Normal form of currents

Question

Let $M$ be an $n$-dimensional manifold. Then the space of currents $\mathcal D^k(M)$ of degree $k$ on $M$ is the space of continuous linear functionals on the space of test $n-k$-forms. Two typical examples of currents are $$ \mathcal{F}(\omega) = \int_\Gamma \omega $$ where $\Gamma$ is a $n-k$-chain, and $$ \mathcal{G}(\omega) = \int_M \eta \wedge \omega $$ where $\eta$ is a $k$-form.

One can extend the action of Lie derivative from forms to currenst simply by $$ L_X \mathcal{H}(\omega) = \mathcal{H}(L_X \omega) $$ So the algebra of differential operators on $M$ acts on the space of $k$-currents.
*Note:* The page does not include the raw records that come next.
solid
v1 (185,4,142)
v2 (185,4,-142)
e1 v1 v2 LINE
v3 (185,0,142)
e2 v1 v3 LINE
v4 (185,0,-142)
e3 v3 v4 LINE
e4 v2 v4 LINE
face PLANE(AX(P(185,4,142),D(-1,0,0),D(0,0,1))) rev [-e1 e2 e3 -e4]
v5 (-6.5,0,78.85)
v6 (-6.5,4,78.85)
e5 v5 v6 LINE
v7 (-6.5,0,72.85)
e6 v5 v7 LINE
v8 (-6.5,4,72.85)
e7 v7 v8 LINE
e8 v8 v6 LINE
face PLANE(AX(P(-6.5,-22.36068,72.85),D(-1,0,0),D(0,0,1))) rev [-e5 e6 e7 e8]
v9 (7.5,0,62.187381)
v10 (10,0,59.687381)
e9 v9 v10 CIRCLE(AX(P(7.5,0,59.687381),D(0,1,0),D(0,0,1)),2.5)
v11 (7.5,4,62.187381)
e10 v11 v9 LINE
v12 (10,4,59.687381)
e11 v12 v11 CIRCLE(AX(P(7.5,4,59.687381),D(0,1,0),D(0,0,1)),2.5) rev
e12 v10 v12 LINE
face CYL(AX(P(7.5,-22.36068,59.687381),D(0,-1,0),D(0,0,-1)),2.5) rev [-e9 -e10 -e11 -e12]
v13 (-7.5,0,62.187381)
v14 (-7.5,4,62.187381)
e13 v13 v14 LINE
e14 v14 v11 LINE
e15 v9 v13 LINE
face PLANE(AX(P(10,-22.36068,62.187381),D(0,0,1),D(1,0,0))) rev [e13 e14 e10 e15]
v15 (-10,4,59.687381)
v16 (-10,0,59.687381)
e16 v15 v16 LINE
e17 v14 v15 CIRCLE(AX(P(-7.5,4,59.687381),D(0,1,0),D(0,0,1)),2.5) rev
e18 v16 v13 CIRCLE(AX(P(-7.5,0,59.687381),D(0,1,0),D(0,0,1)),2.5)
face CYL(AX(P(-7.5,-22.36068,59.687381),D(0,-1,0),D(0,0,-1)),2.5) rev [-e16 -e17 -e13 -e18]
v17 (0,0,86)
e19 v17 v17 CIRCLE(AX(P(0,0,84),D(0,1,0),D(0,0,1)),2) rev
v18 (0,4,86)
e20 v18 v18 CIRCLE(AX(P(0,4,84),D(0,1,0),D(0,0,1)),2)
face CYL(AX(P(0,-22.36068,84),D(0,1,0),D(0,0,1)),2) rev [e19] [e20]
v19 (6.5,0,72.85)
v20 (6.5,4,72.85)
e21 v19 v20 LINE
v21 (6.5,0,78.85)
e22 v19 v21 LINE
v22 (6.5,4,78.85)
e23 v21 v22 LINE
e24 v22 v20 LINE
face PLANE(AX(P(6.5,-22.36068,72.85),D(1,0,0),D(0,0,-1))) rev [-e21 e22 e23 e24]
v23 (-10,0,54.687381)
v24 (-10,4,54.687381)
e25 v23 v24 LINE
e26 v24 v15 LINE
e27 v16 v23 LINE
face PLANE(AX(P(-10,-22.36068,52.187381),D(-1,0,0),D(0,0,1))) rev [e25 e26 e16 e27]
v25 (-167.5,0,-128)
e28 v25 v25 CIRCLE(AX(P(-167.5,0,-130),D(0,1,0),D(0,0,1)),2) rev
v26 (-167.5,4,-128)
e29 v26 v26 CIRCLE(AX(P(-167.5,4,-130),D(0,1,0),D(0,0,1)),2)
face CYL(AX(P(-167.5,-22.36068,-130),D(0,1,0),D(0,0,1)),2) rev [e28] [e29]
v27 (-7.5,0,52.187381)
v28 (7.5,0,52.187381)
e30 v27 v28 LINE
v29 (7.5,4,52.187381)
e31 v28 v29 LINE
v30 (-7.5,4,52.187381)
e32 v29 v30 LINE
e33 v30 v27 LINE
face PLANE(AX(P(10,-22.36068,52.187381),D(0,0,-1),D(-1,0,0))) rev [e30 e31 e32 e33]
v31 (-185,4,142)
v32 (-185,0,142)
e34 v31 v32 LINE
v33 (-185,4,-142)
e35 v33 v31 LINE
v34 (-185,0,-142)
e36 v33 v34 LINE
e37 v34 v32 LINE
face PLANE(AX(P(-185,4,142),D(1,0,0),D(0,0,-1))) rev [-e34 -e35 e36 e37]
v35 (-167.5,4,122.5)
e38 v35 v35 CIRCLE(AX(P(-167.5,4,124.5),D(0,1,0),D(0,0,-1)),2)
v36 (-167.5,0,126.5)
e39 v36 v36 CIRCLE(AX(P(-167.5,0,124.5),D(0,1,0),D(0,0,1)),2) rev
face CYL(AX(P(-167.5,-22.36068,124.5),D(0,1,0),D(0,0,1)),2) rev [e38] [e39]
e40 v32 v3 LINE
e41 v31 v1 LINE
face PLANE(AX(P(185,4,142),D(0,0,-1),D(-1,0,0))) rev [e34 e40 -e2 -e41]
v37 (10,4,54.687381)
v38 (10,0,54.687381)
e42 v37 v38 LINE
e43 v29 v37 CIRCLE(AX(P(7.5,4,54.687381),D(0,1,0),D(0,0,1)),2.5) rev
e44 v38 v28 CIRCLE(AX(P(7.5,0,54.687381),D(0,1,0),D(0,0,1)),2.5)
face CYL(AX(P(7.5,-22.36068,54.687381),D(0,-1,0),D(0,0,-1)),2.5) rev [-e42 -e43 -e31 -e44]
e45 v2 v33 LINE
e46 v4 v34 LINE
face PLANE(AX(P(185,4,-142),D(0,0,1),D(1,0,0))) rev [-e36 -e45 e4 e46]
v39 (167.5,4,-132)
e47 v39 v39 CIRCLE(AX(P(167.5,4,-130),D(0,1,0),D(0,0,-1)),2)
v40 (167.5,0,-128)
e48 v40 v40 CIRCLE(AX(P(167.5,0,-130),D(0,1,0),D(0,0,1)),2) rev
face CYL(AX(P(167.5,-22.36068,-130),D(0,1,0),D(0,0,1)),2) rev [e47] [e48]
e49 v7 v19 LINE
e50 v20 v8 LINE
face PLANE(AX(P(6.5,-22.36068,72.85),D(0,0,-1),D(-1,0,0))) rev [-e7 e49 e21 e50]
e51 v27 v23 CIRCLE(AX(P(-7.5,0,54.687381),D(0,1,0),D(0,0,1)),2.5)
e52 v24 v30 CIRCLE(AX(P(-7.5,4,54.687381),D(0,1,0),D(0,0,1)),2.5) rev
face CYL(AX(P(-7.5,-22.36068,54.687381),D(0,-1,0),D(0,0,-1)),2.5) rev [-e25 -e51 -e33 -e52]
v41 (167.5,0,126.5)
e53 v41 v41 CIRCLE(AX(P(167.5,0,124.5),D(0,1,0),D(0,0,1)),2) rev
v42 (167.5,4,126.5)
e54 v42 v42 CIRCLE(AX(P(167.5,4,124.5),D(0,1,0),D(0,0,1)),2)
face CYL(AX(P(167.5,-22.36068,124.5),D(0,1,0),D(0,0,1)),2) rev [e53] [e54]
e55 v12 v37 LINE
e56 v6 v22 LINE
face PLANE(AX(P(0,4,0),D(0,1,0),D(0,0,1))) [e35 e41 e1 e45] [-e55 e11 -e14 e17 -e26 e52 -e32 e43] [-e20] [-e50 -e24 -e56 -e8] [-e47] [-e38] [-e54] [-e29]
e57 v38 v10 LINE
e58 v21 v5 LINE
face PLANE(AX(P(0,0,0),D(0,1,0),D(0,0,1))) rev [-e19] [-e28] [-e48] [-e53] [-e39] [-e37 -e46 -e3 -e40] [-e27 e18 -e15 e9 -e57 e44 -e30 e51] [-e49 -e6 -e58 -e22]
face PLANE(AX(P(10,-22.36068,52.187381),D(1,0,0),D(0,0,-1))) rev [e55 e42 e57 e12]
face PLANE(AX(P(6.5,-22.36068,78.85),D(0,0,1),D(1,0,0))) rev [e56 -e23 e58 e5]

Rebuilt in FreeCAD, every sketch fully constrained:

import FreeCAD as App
import Part
import Sketcher
Q = App.Units.Quantity


def edges_at(feature, points):
    """Names of the edges that pass closest to the given points."""
    edges = feature.Shape.Edges
    near = lambda p: min(range(len(edges)), key=lambda i: edges[i].distToShape(Part.Vertex(*p))[0])
    return sorted({f"Edge{near(p) + 1}" for p in points})

doc = App.newDocument("Part")
body = doc.addObject("PartDesign::Body", "Body")

# Sketch on XZ plane
sketch1 = body.newObject("Sketcher::SketchObject", "Sketch")
sketch1.AttachmentSupport = (doc.getObject("XZ_Plane"), [""])
sketch1.MapMode = "FlatFace"
sketch1.addGeometry([
    Part.LineSegment(App.Vector(-185, -142, 0), App.Vector(-185, 142, 0)),
    Part.LineSegment(App.Vector(-185, 142, 0), App.Vector(185, 142, 0)),
    Part.LineSegment(App.Vector(185, 142, 0), App.Vector(185, -142, 0)),
    Part.LineSegment(App.Vector(185, -142, 0), App.Vector(-185, -142, 0)),
], False)
sketch1.addConstraint([
    Sketcher.Constraint("Coincident", 0, 2, 1, 1),
    Sketcher.Constraint("Coincident", 1, 2, 2, 1),
    Sketcher.Constraint("Coincident", 2, 2, 3, 1),
    Sketcher.Constraint("Coincident", 3, 2, 0, 1),
    Sketcher.Constraint("Vertical", 0),
    Sketcher.Constraint("Horizontal", 1),
    Sketcher.Constraint("Vertical", 2),
    Sketcher.Constraint("Horizontal", 3),
    Sketcher.Constraint("Symmetric", 0, 2, 2, 2, -1, 1),
    Sketcher.Constraint("DistanceX", 1, 1, 1, 2, Q("370 mm")),
    Sketcher.Constraint("DistanceY", 0, 1, 0, 2, Q("284 mm")),
])
pad1 = body.newObject("PartDesign::Pad", "Pad")
pad1.Profile = sketch1
pad1.Length = 4
pad1.Reversed = True

# Sketch on XZ plane
sketch2 = body.newObject("Sketcher::SketchObject", "Sketch001")
sketch2.AttachmentSupport = (doc.getObject("XZ_Plane"), [""])
sketch2.MapMode = "FlatFace"
sketch2.AttachmentOffset = App.Placement(App.Vector(0, 0, -4), App.Rotation())
sketch2.addGeometry([
    Part.Circle(App.Vector(-167.5, -130, 0), App.Vector(0, 0, 1), 2),  # 0
    Part.Circle(App.Vector(-167.5, 124.5, 0), App.Vector(0, 0, 1), 2),  # 1
    Part.Circle(App.Vector(167.5, 124.5, 0), App.Vector(0, 0, 1), 2),  # 2
    Part.Circle(App.Vector(167.5, -130, 0), App.Vector(0, 0, 1), 2),  # 3
    Part.Circle(App.Vector(0, 84, 0), App.Vector(0, 0, 1), 2),  # 4
    Part.LineSegment(App.Vector(-6.5, 72.8, 0), App.Vector(-6.5, 78.8, 0)),  # 5
    Part.LineSegment(App.Vector(-6.5, 78.8, 0), App.Vector(6.5, 78.8, 0)),  # 6
    Part.LineSegment(App.Vector(6.5, 78.8, 0), App.Vector(6.5, 72.8, 0)),  # 7
    Part.LineSegment(App.Vector(6.5, 72.8, 0), App.Vector(-6.5, 72.8, 0)),  # 8
    Part.LineSegment(App.Vector(-10, 52.2, 0), App.Vector(-10, 62.2, 0)),  # 9
    Part.LineSegment(App.Vector(-10, 62.2, 0), App.Vector(10, 62.2, 0)),  # 10
    Part.LineSegment(App.Vector(10, 62.2, 0), App.Vector(10, 52.2, 0)),  # 11
    Part.LineSegment(App.Vector(10, 52.2, 0), App.Vector(-10, 52.2, 0)),  # 12
], False)
sketch2.addConstraint([
    Sketcher.Constraint("Coincident", 5, 2, 6, 1),
    Sketcher.Constraint("Coincident", 6, 2, 7, 1),
    Sketcher.Constraint("Coincident", 7, 2, 8, 1),
    Sketcher.Constraint("Coincident", 8, 2, 5, 1),
    Sketcher.Constraint("Coincident", 9, 2, 10, 1),
    Sketcher.Constraint("Coincident", 10, 2, 11, 1),
    Sketcher.Constraint("Coincident", 11, 2, 12, 1),
    Sketcher.Constraint("Coincident", 12, 2, 9, 1),
    Sketcher.Constraint("Vertical", 5),
    Sketcher.Constraint("Horizontal", 6),
    Sketcher.Constraint("Vertical", 7),
    Sketcher.Constraint("Horizontal", 8),
    Sketcher.Constraint("Vertical", 9),
    Sketcher.Constraint("Horizontal", 10),
    Sketcher.Constraint("Vertical", 11),
    Sketcher.Constraint("Horizontal", 12),
    Sketcher.Constraint("Equal", 0, 1),
    Sketcher.Constraint("Equal", 1, 2),
    Sketcher.Constraint("Equal", 2, 3),
    Sketcher.Constraint("Equal", 3, 4),
    Sketcher.Constraint("Symmetric", 1, 3, 2, 3, -2),
    Sketcher.Constraint("Symmetric", 0, 3, 3, 3, -2),
    Sketcher.Constraint("PointOnObject", 4, 3, -2),
    Sketcher.Constraint("Vertical", 0, 3, 1, 3),
    Sketcher.Constraint("Diameter", 0, Q("4 mm")),
    Sketcher.Constraint("DistanceX", 6, 1, 6, 2, Q("13 mm")),
    Sketcher.Constraint("DistanceX", 10, 1, 10, 2, Q("20 mm")),
    Sketcher.Constraint("DistanceY", 5, 1, 5, 2, Q("6 mm")),
    Sketcher.Constraint("DistanceY", 9, 1, 9, 2, Q("10 mm")),
    Sketcher.Constraint("DistanceY", 0, 3, -1, 1, Q("130 mm")),
    Sketcher.Constraint("DistanceY", -1, 1, 4, 3, Q("84 mm")),
    Sketcher.Constraint("DistanceX", 9, 2, -1, 1, Q("10 mm")),
    Sketcher.Constraint("DistanceX", 1, 3, 2, 3, Q("335 mm")),
    Sketcher.Constraint("DistanceX", 1, 3, 5, 2, Q("161 mm")),
    Sketcher.Constraint("DistanceY", -1, 1, 1, 3, Q("124.5 mm")),
    Sketcher.Constraint("DistanceY", -1, 1, 5, 2, Q("78.85 mm")),
    Sketcher.Constraint("DistanceY", -1, 1, 9, 2, Q("62.187381 mm")),
])
pocket1 = body.newObject("PartDesign::Pocket", "Pocket")
pocket1.Profile = sketch2
pocket1.Length = 4
pocket1.Reversed = True
doc.recompute()

fillet = body.newObject("PartDesign::Fillet", "Fillet")
fillet.Base = (pocket1, edges_at(pocket1, [
    (-10, 2, 62.187),
    (-10, 2, 52.187),
    (10, 2, 52.187),
    (10, 2, 62.187),
]))
fillet.Radius = 2.5

doc.recompute()
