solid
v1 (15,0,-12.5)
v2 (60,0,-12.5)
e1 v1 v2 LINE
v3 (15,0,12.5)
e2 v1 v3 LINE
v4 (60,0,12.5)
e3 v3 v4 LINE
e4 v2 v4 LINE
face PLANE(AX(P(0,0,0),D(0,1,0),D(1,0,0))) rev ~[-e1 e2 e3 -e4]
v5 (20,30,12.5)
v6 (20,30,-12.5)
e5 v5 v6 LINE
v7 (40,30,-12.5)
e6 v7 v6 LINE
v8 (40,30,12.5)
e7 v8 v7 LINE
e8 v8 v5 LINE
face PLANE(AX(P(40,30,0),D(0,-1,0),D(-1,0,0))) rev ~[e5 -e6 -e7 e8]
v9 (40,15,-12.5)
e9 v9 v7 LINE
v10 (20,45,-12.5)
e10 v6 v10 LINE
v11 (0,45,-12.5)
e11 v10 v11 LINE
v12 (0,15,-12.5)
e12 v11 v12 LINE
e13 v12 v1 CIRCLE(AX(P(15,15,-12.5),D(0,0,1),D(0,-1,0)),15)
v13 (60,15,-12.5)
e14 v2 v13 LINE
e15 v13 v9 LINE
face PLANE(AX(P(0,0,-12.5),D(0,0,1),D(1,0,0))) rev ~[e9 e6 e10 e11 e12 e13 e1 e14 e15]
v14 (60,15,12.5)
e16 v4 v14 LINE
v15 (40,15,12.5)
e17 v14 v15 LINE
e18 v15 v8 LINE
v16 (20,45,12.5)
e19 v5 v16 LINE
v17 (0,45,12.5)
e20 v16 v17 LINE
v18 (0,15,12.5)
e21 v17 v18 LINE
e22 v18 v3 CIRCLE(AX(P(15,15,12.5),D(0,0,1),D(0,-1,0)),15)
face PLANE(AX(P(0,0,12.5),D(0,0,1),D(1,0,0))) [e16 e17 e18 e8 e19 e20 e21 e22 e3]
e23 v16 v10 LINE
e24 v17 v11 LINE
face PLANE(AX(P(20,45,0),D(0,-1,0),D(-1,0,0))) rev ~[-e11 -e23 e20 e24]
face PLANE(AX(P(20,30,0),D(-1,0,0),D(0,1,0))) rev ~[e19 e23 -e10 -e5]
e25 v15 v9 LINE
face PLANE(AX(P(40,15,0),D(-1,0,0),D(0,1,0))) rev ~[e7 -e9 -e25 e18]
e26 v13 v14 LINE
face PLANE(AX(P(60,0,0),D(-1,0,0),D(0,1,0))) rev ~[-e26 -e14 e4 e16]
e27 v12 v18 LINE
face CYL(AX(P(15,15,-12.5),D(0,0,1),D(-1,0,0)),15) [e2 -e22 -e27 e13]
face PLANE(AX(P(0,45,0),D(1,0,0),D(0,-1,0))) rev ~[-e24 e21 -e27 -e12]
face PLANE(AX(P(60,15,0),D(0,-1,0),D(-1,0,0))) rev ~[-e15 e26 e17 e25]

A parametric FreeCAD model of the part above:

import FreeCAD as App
import Part
import Sketcher
Q = App.Units.Quantity


def edges_at(feature, points):
    """Names of the edges that pass closest to the given points."""
    edges = feature.Shape.Edges
    near = lambda p: min(range(len(edges)), key=lambda i: edges[i].distToShape(Part.Vertex(*p))[0])
    return sorted({f"Edge{near(p) + 1}" for p in points})


def add_polygon(sketch, points):
    """Adds a closed chain of lines whose ends are joined by coincident constraints."""
    first, n = sketch.GeometryCount, len(points)
    for a, b in zip(points, points[1:] + points[:1]):
        sketch.addGeometry(Part.LineSegment(App.Vector(*a, 0), App.Vector(*b, 0)), False)
    for i in range(n):
        sketch.addConstraint(Sketcher.Constraint("Coincident", first + i, 2, first + (i + 1) % n, 1))

doc = App.newDocument("Part")
body = doc.addObject("PartDesign::Body", "Body")

# Sketch on XY plane
sketch1 = doc.addObject("Sketcher::SketchObject", "Sketch")
body.addObject(sketch1)
sketch1.AttachmentSupport = (doc.XY_Plane, [""])
sketch1.MapMode = "FlatFace"
add_polygon(sketch1, [(0, 45), (0, 0), (60, 0), (60, 15), (40, 15), (40, 30), (20, 30), (20, 45)])  # lines 0-7
sketch1.addConstraint(Sketcher.Constraint("Vertical", 0))
sketch1.addConstraint(Sketcher.Constraint("Horizontal", 1))
sketch1.addConstraint(Sketcher.Constraint("Vertical", 2))
sketch1.addConstraint(Sketcher.Constraint("Horizontal", 3))
sketch1.addConstraint(Sketcher.Constraint("Vertical", 4))
sketch1.addConstraint(Sketcher.Constraint("Horizontal", 5))
sketch1.addConstraint(Sketcher.Constraint("Vertical", 6))
sketch1.addConstraint(Sketcher.Constraint("Horizontal", 7))
sketch1.addConstraint(Sketcher.Constraint("Coincident", 0, 2, -1, 1))
sketch1.addConstraint(Sketcher.Constraint("Equal", 3, 5))
sketch1.addConstraint(Sketcher.Constraint("Equal", 5, 7))
sketch1.addConstraint(Sketcher.Constraint("Equal", 2, 4))
sketch1.addConstraint(Sketcher.Constraint("Equal", 4, 6))
sketch1.addConstraint(Sketcher.Constraint("DistanceX", 1, 1, 1, 2, Q("60 mm")))
sketch1.addConstraint(Sketcher.Constraint("DistanceY", 0, 2, 0, 1, Q("45 mm")))
pad1 = doc.addObject("PartDesign::Pad", "Pad")
body.addObject(pad1)
pad1.Profile = sketch1
pad1.Length = 25
pad1.Midplane = True
doc.recompute()

fillet = doc.addObject("PartDesign::Fillet", "Fillet")
body.addObject(fillet)
fillet.Base = (pad1, edges_at(pad1, [(0, 0, 0)]))
fillet.Radius = 15

doc.recompute()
Is it true that the two examples of currents above generate the space of currents as a module over the ring of differential operators, i.e. any current can be obtained from a current like $\mathcal{F}$ or $\mathcal{G}$ by successive applications of Lie derivatives? If no, can the statement be repaired by adding more closure operations/generators? Or is it a completely wrong attitude, and a general current is a significantly more "singular" object?

Answer 1

This question has been asked and answered on MathOverflow. I have replicated the accepted answer by Liviu Nicolaescu below.

It may be helpful to look at a simple example. $\newcommand{\bR}{\mathbb{R}}$ Assume for simplicity that $M=\bR^n$. Fix a Radon measure $\mu$ on $\bR^n$. It defines a $0$-dimensional current on $\bR^n$. (I define the dimension of a current to be $n-\deg$.) If $\mu$ is not absolutely continuous with respect to the Lebesgue measure, then it cannot have the form $\mathcal{G}$. Also, if the support of $\mu$ is very complicated, this $0$-current is not given by the integration along a $0$-chain.

Also, it is not clear to me why there would exist a locally integrable function $f$ on $\bR^n$ and a differential operator $L$ such that $L f=\mu$ in the sense of distributions.

However, the flat currents seem to fit your description. (See these notes and the references therein for details.)